## [EXERCISE OBJECTIVE]
Go over the entries below line by line, copying each one that contains the word "along".

Collected data entries
# # #
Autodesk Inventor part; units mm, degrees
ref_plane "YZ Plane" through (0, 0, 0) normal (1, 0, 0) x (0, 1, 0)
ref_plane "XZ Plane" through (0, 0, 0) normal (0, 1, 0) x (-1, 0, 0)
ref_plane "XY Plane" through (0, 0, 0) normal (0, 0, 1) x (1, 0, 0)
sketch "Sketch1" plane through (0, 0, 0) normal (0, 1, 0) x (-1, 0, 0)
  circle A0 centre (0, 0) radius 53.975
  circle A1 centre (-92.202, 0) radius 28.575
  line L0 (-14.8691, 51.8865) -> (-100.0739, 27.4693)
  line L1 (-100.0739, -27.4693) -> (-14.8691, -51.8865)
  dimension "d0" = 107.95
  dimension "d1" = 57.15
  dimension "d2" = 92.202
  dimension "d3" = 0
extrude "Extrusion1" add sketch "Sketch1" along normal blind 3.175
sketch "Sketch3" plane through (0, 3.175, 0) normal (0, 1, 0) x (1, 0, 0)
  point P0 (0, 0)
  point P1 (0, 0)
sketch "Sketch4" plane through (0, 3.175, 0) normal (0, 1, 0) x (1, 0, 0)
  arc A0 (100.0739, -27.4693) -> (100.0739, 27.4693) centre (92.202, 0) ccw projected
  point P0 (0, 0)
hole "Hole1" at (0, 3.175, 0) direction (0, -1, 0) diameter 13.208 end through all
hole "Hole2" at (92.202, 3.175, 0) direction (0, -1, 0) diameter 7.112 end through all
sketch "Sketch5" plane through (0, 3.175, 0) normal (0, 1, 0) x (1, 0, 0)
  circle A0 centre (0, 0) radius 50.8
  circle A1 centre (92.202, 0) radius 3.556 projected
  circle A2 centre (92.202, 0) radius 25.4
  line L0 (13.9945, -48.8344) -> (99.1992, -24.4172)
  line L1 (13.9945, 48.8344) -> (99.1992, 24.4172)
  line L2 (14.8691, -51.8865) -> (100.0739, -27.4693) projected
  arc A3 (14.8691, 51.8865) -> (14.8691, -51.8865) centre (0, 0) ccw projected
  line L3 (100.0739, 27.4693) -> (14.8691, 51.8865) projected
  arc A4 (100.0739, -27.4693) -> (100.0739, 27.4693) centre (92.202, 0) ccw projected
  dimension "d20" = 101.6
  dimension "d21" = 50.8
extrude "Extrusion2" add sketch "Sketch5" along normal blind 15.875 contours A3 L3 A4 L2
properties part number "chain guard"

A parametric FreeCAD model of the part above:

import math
import FreeCAD as App
import Part
import Sketcher
Q = App.Units.Quantity

doc = App.newDocument("Part")
body = doc.addObject("PartDesign::Body", "Body")

sketch1 = doc.addObject("Sketcher::SketchObject", "Sketch")
body.addObject(sketch1)
sketch1.AttachmentSupport = (doc.XZ_Plane, [""])
sketch1.MapMode = "FlatFace"
sketch1.addGeometry([
    Part.ArcOfCircle(Part.Circle(App.Vector(0, 0, 0), App.Vector(0, 0, 1), 53.975), math.radians(74.0093), math.radians(285.9907)),
    Part.LineSegment(App.Vector(14.8691, 51.8865, 0), App.Vector(100.0739, 27.4693, 0)),
    Part.ArcOfCircle(Part.Circle(App.Vector(92.202, 0, 0), App.Vector(0, 0, 1), 28.575), math.radians(-74.009242), math.radians(74.009242)),
    Part.LineSegment(App.Vector(100.0739, -27.4693, 0), App.Vector(14.8691, -51.8865, 0)),
], False)
sketch1.addConstraint([
    Sketcher.Constraint("Tangent", 0, 1, 1, 1),
    Sketcher.Constraint("Tangent", 1, 2, 2, 2),
    Sketcher.Constraint("Tangent", 2, 1, 3, 1),
    Sketcher.Constraint("Tangent", 3, 2, 0, 2),
    Sketcher.Constraint("Coincident", 0, 3, -1, 1),
    Sketcher.Constraint("PointOnObject", 2, 3, -1),
    Sketcher.Constraint("Radius", 0, Q("2.125 in")),
    Sketcher.Constraint("Radius", 2, Q("1.125 in")),
    Sketcher.Constraint("DistanceX", -1, 1, 2, 3, Q("3.63 in")),
])
pad1 = doc.addObject("PartDesign::Pad", "Pad")
body.addObject(pad1)
pad1.Profile = sketch1
pad1.Length = Q("0.125 in")
pad1.Reversed = True

sketch2 = doc.addObject("Sketcher::SketchObject", "Sketch001")
body.addObject(sketch2)
sketch2.AttachmentSupport = (doc.XZ_Plane, [""])
sketch2.MapMode = "FlatFace"
sketch2.AttachmentOffset = App.Placement(App.Vector(0, 0, -0.125 * 25.4), App.Rotation())
sketch2.addGeometry(Part.Circle(App.Vector(0, 0, 0), App.Vector(0, 0, 1), 6.604), False)
sketch2.addConstraint([
    Sketcher.Constraint("Coincident", 0, 3, -1, 1),
    Sketcher.Constraint("Diameter", 0, Q("0.52 in")),
])
doc.recompute()
hole = doc.addObject("PartDesign::Hole", "Hole")
body.addObject(hole)
hole.Profile = sketch2
hole.ThreadType = "None"
hole.Diameter = Q("0.52 in")
hole.DepthType = "ThroughAll"
hole.Reversed = True

sketch3 = doc.addObject("Sketcher::SketchObject", "Sketch002")
body.addObject(sketch3)
sketch3.AttachmentSupport = (doc.XZ_Plane, [""])
sketch3.MapMode = "FlatFace"
sketch3.AttachmentOffset = App.Placement(App.Vector(0, 0, -0.125 * 25.4), App.Rotation())
sketch3.addGeometry(Part.Circle(App.Vector(92.202, 0, 0), App.Vector(0, 0, 1), 3.556), False)
sketch3.addConstraint([
    Sketcher.Constraint("PointOnObject", 0, 3, -1),
    Sketcher.Constraint("Diameter", 0, Q("0.28 in")),
    Sketcher.Constraint("DistanceX", -1, 1, 0, 3, Q("3.63 in")),
])
doc.recompute()
hole2 = doc.addObject("PartDesign::Hole", "Hole001")
body.addObject(hole2)
hole2.Profile = sketch3
hole2.ThreadType = "None"
hole2.Diameter = Q("0.28 in")
hole2.DepthType = "ThroughAll"
hole2.Reversed = True

sketch4 = doc.addObject("Sketcher::SketchObject", "Sketch003")
body.addObject(sketch4)
sketch4.AttachmentSupport = (doc.XZ_Plane, [""])
sketch4.MapMode = "FlatFace"
sketch4.AttachmentOffset = App.Placement(App.Vector(0, 0, -0.125 * 25.4), App.Rotation())
sketch4.addGeometry([
    Part.ArcOfCircle(Part.Circle(App.Vector(0, 0, 0), App.Vector(0, 0, 1), 53.974985), math.radians(74.0093), math.radians(285.9907)),
    Part.LineSegment(App.Vector(14.8691, 51.8865, 0), App.Vector(100.0739, 27.4693, 0)),
    Part.ArcOfCircle(Part.Circle(App.Vector(92.202, 0, 0), App.Vector(0, 0, 1), 28.574976), math.radians(-74.009242), math.radians(74.009242)),
    Part.LineSegment(App.Vector(100.0739, -27.4693, 0), App.Vector(14.8691, -51.8865, 0)),
    Part.ArcOfCircle(Part.Circle(App.Vector(0, 0, 0), App.Vector(0, 0, 1), 50.8), math.radians(74.009258), math.radians(285.990742)),
    Part.LineSegment(App.Vector(13.9945, -48.8344, 0), App.Vector(99.1992, -24.4172, 0)),
    Part.ArcOfCircle(Part.Circle(App.Vector(92.202, 0, 0), App.Vector(0, 0, 1), 25.4), math.radians(-74.009366), math.radians(74.009366)),
    Part.LineSegment(App.Vector(99.1992, 24.4172, 0), App.Vector(13.9945, 48.8344, 0)),
], False)
sketch4.addConstraint([
    Sketcher.Constraint("Tangent", 0, 1, 1, 1),
    Sketcher.Constraint("Tangent", 1, 2, 2, 2),
    Sketcher.Constraint("Tangent", 2, 1, 3, 1),
    Sketcher.Constraint("Tangent", 3, 2, 0, 2),
    Sketcher.Constraint("Tangent", 4, 2, 5, 1),
    Sketcher.Constraint("Tangent", 5, 2, 6, 1),
    Sketcher.Constraint("Tangent", 6, 2, 7, 1),
    Sketcher.Constraint("Tangent", 7, 2, 4, 1),
    Sketcher.Constraint("Coincident", 0, 3, -1, 1),
    Sketcher.Constraint("Coincident", 4, 3, -1, 1),
    Sketcher.Constraint("Coincident", 6, 3, 2, 3),
    Sketcher.Constraint("PointOnObject", 2, 3, -1),
    Sketcher.Constraint("Parallel", 3, 5),
    Sketcher.Constraint("Radius", 4, Q("2 in")),
    Sketcher.Constraint("Radius", 6, Q("1 in")),
    Sketcher.Constraint("Radius", 0, Q("2.125 in")),
    Sketcher.Constraint("DistanceX", -1, 1, 2, 3, Q("3.63 in")),
])
pad2 = doc.addObject("PartDesign::Pad", "Pad001")
body.addObject(pad2)
pad2.Profile = sketch4
pad2.Length = Q("0.625 in")
pad2.Reversed = True

doc.recompute()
# # #
## [TASK ANSWER]
extrude "Extrusion1" add sketch "Sketch1" along normal blind 3.175
extrude "Extrusion2" add sketch "Sketch5" along normal blind 15.875 contours A3 L3 A4 L2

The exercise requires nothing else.